# 'thunder'-No, Not The Sports Team!!



## Sweathog62 (Jul 28, 2005)

OK- Anyone have any ideas why my heater sounds like 'thunder' every 15 or so minutes.... Yes, I hear it cycle and click, click, click, to relight itself, but while the flame is going you then hear a load 'roar' or 'thunder' type sound with no click, click, click.... Is the air fuel mix out of adjustment...?? We are heading to Branson this week and we will have temps in the 30"s one night... I hate to wake up the others and or create a hazard for the family..
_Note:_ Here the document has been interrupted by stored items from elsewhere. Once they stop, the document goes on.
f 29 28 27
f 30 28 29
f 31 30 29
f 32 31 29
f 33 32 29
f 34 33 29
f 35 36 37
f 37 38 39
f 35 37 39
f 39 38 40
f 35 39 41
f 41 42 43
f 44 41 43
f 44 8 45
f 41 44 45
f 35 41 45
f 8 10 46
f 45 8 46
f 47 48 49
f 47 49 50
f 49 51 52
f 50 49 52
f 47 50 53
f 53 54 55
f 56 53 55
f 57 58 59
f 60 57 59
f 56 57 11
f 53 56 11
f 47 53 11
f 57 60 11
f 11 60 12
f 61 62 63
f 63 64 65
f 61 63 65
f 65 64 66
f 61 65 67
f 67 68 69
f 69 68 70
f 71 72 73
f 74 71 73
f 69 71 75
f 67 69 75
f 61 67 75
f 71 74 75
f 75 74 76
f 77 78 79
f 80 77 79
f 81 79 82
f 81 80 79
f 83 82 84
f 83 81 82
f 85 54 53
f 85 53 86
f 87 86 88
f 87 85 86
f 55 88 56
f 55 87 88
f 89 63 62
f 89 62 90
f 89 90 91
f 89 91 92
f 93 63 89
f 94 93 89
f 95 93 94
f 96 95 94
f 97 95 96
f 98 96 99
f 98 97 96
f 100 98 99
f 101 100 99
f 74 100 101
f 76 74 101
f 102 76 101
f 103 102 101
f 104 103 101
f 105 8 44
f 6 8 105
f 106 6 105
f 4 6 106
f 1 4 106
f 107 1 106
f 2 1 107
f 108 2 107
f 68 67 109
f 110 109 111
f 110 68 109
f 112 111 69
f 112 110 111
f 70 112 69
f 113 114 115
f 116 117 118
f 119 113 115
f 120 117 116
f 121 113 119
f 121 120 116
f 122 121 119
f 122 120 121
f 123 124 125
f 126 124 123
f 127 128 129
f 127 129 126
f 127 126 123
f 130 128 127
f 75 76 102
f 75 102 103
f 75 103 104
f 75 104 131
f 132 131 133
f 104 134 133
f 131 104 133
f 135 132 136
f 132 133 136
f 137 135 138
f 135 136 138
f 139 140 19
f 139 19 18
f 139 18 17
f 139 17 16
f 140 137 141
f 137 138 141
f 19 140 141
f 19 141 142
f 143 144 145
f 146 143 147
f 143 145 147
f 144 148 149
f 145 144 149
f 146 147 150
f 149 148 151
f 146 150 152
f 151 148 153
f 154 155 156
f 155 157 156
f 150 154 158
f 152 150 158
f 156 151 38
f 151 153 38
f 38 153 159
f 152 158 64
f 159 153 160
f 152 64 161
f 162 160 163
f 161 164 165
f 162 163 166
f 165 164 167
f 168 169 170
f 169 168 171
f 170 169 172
Your thoughts?? Is it safe to use...?? I've been drive way testing it, and it appears o.k., but I thought i would ask the experts....

Brad


----------



## Nathan (Jan 2, 2007)

Sweathog62 said:


> OK- Anyone have any ideas why my heater sounds like 'thunder' every 15 or so minutes.... Yes, I hear it cycle and click, click, click, to relight itself, but while the flame is going you then hear a load 'roar' or 'thunder' type sound with no click, click, click.... Is the air fuel mix out of adjustment...?? We are heading to Branson this week and we will have temps in the 30"s one night... I hate to wake up the others and or create a hazard for the family..
> 
> Your thoughts?? Is it safe to use...?? I've been drive way testing it, and it appears o.k., but I thought i would ask the experts....
> 
> Brad


I beleive it clicks to light a pilot and then lights the main burner.


----------



## Sweathog62 (Jul 28, 2005)

I agree but it sure makes a strange noise after it is working like a normal furnace. First you have the normal start up noise with clicks and flame lighting, but about 15 minutes later you hear a boomish type noise. Very strange.


----------



## Ghosty (Jan 17, 2005)

Also don't forget to bring along some Ceramic heaters -- that way you can use "their" electricity at the campsite to keep the trailer warm instead of "your" propane ....and if the ceramic heaters can't keep up then the propane one will kick in -- just not that often ...

(sticking it to "the man" every chance I can







)


----------



## outback loft (Sep 22, 2008)

I had the same thing happening in mine. I narrowed it down to when I had a good stiff wind blowing into the wall with the heater vent/intake, is when it would happen. If you partially block the intake with your hand it will do it too. I have never had any issues with it though.

The ceramic heaters are a must. Why use the propane when you are paying to have electric anyway. I have a "panel heater" mounted on the wall, and a ceramic heater in the bedroom to supplement at night. I dont have to use the propane heat at all.


----------



## Sweathog62 (Jul 28, 2005)

I appreciate the reports... I will take the electric heaters for sure and use the propane as backup only... We keep the inside at around 60 degree with electric blankets...I will use the propane to stoke up the temp for my shower...Kinda scarry when it roars and you are standing just about on it...

Brad H.


----------



## Scoutr2 (Aug 21, 2006)

Ghosty said:


> Also don't forget to bring along some Ceramic heaters -- that way you can use "their" electricity at the campsite to keep the trailer warm instead of "your" propane ....and if the ceramic heaters can't keep up then the propane one will kick in -- just not that often ...
> 
> (sticking it to "the man" every chance I can
> 
> ...


X2! I figure that I'm paying for the electricity (and you'll pay dearly in Branson!), so I use a little bathroom heater, with a fan inside it. I set it on the stove top at night, just for peace of mind. It being all metal, there's no way to start a fire if it tips over and the safety feature of the heater doesn't work. (Yeah, I'm a worry wart about that kinda thing.) Usually, the furnace never kicks on, because that little heater does a fine job!

Why burn my expensive propane when I can use the electricity I've already paid for?

Mike


----------



## Doxie-Doglover-Too (Jan 25, 2007)

Sweathog62 said:


> I appreciate the reports... I will take the electric heaters for sure and use the propane as backup only... We keep the inside at around 60 degree with electric blankets...I will use the propane to stoke up the temp for my shower...Kinda scarry when it roars and you are standing just about on it...
> 
> Brad H.


I put the electric mattress covers on the beds in the Outback...we love em!


----------



## Insomniak (Jul 7, 2006)

I know this is an older post, but I was able to reproduce this sound when I was bench testing our furnace this weekend. It seemed to be coming from the intake tube that goes to the combustion / burner area. When I put my hand over the tube just slightly, the sound went away. After I got the furnace reinstalled, I was running it and the sound started up again. Never had that problem before when running the furnace, or even heard of it until I saw this post. I looked at the intake/exhaust vent plate and I could see the burner with a pretty yellow flame. The sound went away after a while, so I'm not sure exactly what caused it. With all the work I was doing on the trailer the last few days, the propane was turned on and off several times, so there may have been air in the lines. It looks like a mixture issue because when the "thunder" was rolling, the burner flame was yellow and not the happy blue color you'd expect.


----------



## CamperAndy (Aug 26, 2004)

When it is yellow and roaring it is running rich.


----------